The recession staring us in the face was always going to be a bad one – booms can only turn to busts. But add into the mix a banking system that needs to cut back sharply on lending and what could have been a normalish recession will turn into an extended one.
Banks cutting back on lending will constrain house prices and consumer spending on credit, tipping over-borrowed firms into bankruptcy. But while no one is going to enjoy the next few years, we should note that this isn’t going to be as bad as the 1930s, nor even as bad as either of the two oil crises of 1974 and 1980. When Darling said the outlook was worse than anytime for the last 60 years, he was exaggerating.
America was already in recession (not officially, but quite clearly) and Britain was heading into recession before the banking bailout package announced in the last two weeks. The banks were over-stretched, with too many loans and risky mortgage securities for their capital bases. Such an over-leveraged position looked fine when things were good, but when the US economy started to roll over into a recessionary down-cycle, the very first and most vulnerable part of the Western banks’ asset base, US sub-prime borrowers, naturally started to default. So this didn’t start as a subprime crisis, but an under-capitalised bank crisis with subprime just the weakest link in the chain. As soon as the economy turned down, the banks’ vulnerability was going to be exposed.
Still, even accepting that this is going to be bad and that the banks will probably be forcing bankruptcies and precautionary savings by consumers for the next four to five years (if the 117 previous systemic banking crises the world has seen since the 1970s are anything to go by), it isn’t likely to be worse than 1980 or even 1974, let alone the Great Depression. Here’s why.
First, let’s take the two oil crises. Western economies were much more dependent on oil back in the 1970s. Since then we’ve boosted other forms of power generation and our economies have become more service- and intellectual-property-related and less manufacturing- and transport-dependent. So it’s hard for us to appreciate the more devastating impact that Opec, which accounted for far more of the world’s oil production back then, caused with its unilateral imposition of production quotas and sharply higher oil prices.
The oil crises came out of the blue at the end of the 1960s, at a time when inflation had already been running in the 6%-10% range and rising prices had already got into the wage-bargaining system. This was made worse by the secondary-sector nature of the economy. The manufacturing and transport industries were heavily unionised and powerful enough to demand high wage settlements. The world of strikes and bankruptcy-inducing pay settlements was born. Exogenous (external to the economy) oil-price shocks aren’t inflationary unless they get into wages, so we don’t have the same problems this time around – real wages in the US and UK are falling, not rising. We’re also less dependent on oil than we once were.
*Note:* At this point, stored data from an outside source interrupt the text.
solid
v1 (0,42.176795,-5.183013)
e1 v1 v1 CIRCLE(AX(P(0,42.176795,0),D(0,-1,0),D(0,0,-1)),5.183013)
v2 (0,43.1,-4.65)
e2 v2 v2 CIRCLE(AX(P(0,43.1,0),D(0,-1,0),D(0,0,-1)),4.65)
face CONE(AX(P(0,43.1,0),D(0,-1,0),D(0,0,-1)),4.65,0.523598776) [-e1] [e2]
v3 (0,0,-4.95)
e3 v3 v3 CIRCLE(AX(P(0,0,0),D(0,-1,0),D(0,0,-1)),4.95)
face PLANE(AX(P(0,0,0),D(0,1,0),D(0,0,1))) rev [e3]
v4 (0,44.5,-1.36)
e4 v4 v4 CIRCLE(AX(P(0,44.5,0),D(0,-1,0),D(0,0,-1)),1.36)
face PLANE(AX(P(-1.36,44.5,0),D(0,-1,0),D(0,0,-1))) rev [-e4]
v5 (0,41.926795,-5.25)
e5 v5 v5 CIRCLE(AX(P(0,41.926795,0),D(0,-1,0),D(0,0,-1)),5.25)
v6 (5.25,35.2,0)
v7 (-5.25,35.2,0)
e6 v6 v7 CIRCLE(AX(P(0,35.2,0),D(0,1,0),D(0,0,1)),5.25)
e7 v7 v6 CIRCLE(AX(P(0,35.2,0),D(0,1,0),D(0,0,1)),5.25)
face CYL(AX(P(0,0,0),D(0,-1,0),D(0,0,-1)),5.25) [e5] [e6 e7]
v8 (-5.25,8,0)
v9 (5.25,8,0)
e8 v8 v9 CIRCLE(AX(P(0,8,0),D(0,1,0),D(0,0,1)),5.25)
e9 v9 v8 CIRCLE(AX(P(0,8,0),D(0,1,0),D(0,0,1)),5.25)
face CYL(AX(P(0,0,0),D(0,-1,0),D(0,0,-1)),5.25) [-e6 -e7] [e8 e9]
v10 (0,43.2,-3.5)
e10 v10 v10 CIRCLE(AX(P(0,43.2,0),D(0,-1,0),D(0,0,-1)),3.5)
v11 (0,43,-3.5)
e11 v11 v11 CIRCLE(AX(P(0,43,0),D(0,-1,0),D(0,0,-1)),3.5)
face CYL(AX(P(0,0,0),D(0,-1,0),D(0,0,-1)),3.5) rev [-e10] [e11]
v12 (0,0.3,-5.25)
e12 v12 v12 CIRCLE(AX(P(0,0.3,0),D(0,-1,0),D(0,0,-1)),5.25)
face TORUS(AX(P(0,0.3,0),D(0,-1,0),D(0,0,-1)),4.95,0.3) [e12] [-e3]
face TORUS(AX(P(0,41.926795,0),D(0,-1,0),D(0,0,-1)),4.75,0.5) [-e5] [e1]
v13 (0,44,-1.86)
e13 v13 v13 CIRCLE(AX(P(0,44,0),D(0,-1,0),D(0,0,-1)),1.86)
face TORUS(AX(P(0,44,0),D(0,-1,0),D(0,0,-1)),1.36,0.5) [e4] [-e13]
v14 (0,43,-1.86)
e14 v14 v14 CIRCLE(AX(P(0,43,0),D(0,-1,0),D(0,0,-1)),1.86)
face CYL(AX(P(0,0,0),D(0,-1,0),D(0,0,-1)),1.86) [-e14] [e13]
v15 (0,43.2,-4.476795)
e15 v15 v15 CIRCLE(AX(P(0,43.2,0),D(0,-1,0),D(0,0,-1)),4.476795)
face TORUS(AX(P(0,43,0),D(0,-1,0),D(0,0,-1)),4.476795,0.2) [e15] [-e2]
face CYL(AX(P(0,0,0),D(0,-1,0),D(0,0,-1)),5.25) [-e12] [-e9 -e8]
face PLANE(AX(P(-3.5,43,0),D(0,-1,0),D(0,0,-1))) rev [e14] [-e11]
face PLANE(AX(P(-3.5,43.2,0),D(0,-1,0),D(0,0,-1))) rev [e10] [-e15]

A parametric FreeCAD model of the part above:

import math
import FreeCAD as App
import Part
import Sketcher

V = App.Vector
Q = App.Units.Quantity

doc = App.newDocument("Part")
body = doc.addObject("PartDesign::Body", "Body")

sketch1 = body.newObject("Sketcher::SketchObject", "Sketch")
sketch1.AttachmentSupport = (doc.getObject("XY_Plane"), [""])
sketch1.MapMode = "FlatFace"
sketch1.addGeometry([
    Part.LineSegment(V(0, 44.5, 0), V(-1.36, 44.5, 0)),
    Part.ArcOfCircle(Part.Circle(V(-1.36, 44, 0), V(0, 0, 1), 0.5), math.radians(90), math.radians(180)),
    Part.LineSegment(V(-1.86, 44, 0), V(-1.86, 43, 0)),
    Part.LineSegment(V(-1.86, 43, 0), V(-3.5, 43, 0)),
    Part.LineSegment(V(-3.5, 43, 0), V(-3.5, 43.2, 0)),
    Part.LineSegment(V(-3.5, 43.2, 0), V(-4.48, 43.2, 0)),
    Part.ArcOfCircle(Part.Circle(V(-4.48, 43, 0), V(0, 0, 1), 0.2), math.radians(90), math.radians(150)),
    Part.LineSegment(V(-4.65, 43.1, 0), V(-5.18, 42.18, 0)),
    Part.ArcOfCircle(Part.Circle(V(-4.75, 41.93, 0), V(0, 0, 1), 0.5), math.radians(150), math.radians(180)),
    Part.LineSegment(V(-5.25, 41.93, 0), V(-5.25, 0.3, 0)),
    Part.ArcOfCircle(Part.Circle(V(-4.95, 0.3, 0), V(0, 0, 1), 0.3), math.radians(-180), math.radians(-90)),
    Part.LineSegment(V(-4.95, 0, 0), V(0, 0, 0)),
    Part.LineSegment(V(0, 0, 0), V(0, 44.5, 0)),
], False)
sketch1.addConstraint([
    Sketcher.Constraint("Tangent", 0, 2, 1, 1),
    Sketcher.Constraint("Tangent", 1, 2, 2, 1),
    Sketcher.Constraint("Coincident", 2, 2, 3, 1),
    Sketcher.Constraint("Coincident", 3, 2, 4, 1),
    Sketcher.Constraint("Coincident", 4, 2, 5, 1),
    Sketcher.Constraint("Tangent", 5, 2, 6, 1),
    Sketcher.Constraint("Tangent", 6, 2, 7, 1),
    Sketcher.Constraint("Tangent", 7, 2, 8, 1),
    Sketcher.Constraint("Tangent", 8, 2, 9, 1),
    Sketcher.Constraint("Tangent", 9, 2, 10, 1),
    Sketcher.Constraint("Tangent", 10, 2, 11, 1),
    Sketcher.Constraint("Coincident", 11, 2, 12, 1),
    Sketcher.Constraint("Coincident", 12, 2, 0, 1),
    Sketcher.Constraint("Horizontal", 0),
    Sketcher.Constraint("Vertical", 2),
    Sketcher.Constraint("Horizontal", 3),
    Sketcher.Constraint("Vertical", 4),
    Sketcher.Constraint("Horizontal", 5),
    Sketcher.Constraint("Vertical", 9),
    Sketcher.Constraint("Horizontal", 11),
    Sketcher.Constraint("Vertical", 12),
    Sketcher.Constraint("Coincident", 11, 2, -1, 1),
    Sketcher.Constraint("Equal", 1, 8),
    Sketcher.Constraint("Horizontal", 6, 3, 2, 2),
    Sketcher.Constraint("Radius", 1, 0.5),
    Sketcher.Constraint("Radius", 6, 0.2),
    Sketcher.Constraint("Radius", 10, 0.3),
    Sketcher.Constraint("DistanceY", 2, 2, 2, 1, 1.0),
    Sketcher.Constraint("Angle", 7, Q("-120 deg")),
    Sketcher.Constraint("DistanceY", 12, 1, 12, 2, 44.5),
    Sketcher.Constraint("DistanceX", 0, 2, 0, 1, 1.36),
    Sketcher.Constraint("DistanceX", 3, 2, 3, 1, 1.64),
    Sketcher.Constraint("DistanceX", 11, 1, 11, 2, 4.95),
    Sketcher.Constraint("DistanceX", 8, 3, 6, 2, 0.1),
])
revolution = body.newObject("PartDesign::Revolution", "Revolution")
revolution.Profile = sketch1
revolution.ReferenceAxis = (sketch1, ["V_Axis"])
revolution.Angle = 360

doc.recompute()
So it’s important to realise that today the impact of such exogenous shocks, even though they include higher oil prices, is actually deflationary, however counter-intuitive that may sound. If you think of the higher oil price as a tax, but one imposed on us by a foreign power (so we get no benefit from the spending of those tax receipts) then it’s easier to see how, on their own, higher oil prices just suck expenditure out of other areas and push prices in those areas down. The oil price is now falling back, but the damage is done – this was a deflationary, not an inflationary shock.
The under-capitalised banking system also has a deflationary impact and is an endogenous (internal to the economy) shock. Endogenous shocks are much better than exogenous ones because we can do something to solve the crisis. Luckily for us there have been so many such banking bailouts in the past that the authorities also know what to do (however much Gordon Brown tries to pretend he made the present solution up all by himself).
And what about the 1930s? Back then the US authorities were much less familiar with what to do in such situations, so they tried a three-pronged approach, which led to disaster. First they put up trade barriers, second they actually raised interest rates to shore up the currency, and third they left the banks to deal with the problem on their own. Skipping capital injections saved the US government a lot of money in the short term, but the price in terms of lost GDP output was appalling. Thirty percent was wiped out and a depression was born. Hopefully you will not see the US or any other government trying a single one of those disastrous policy actions. We have learnt at history’s expense what not to do. Which should mean that our recession, while nasty, does not turn into a depression.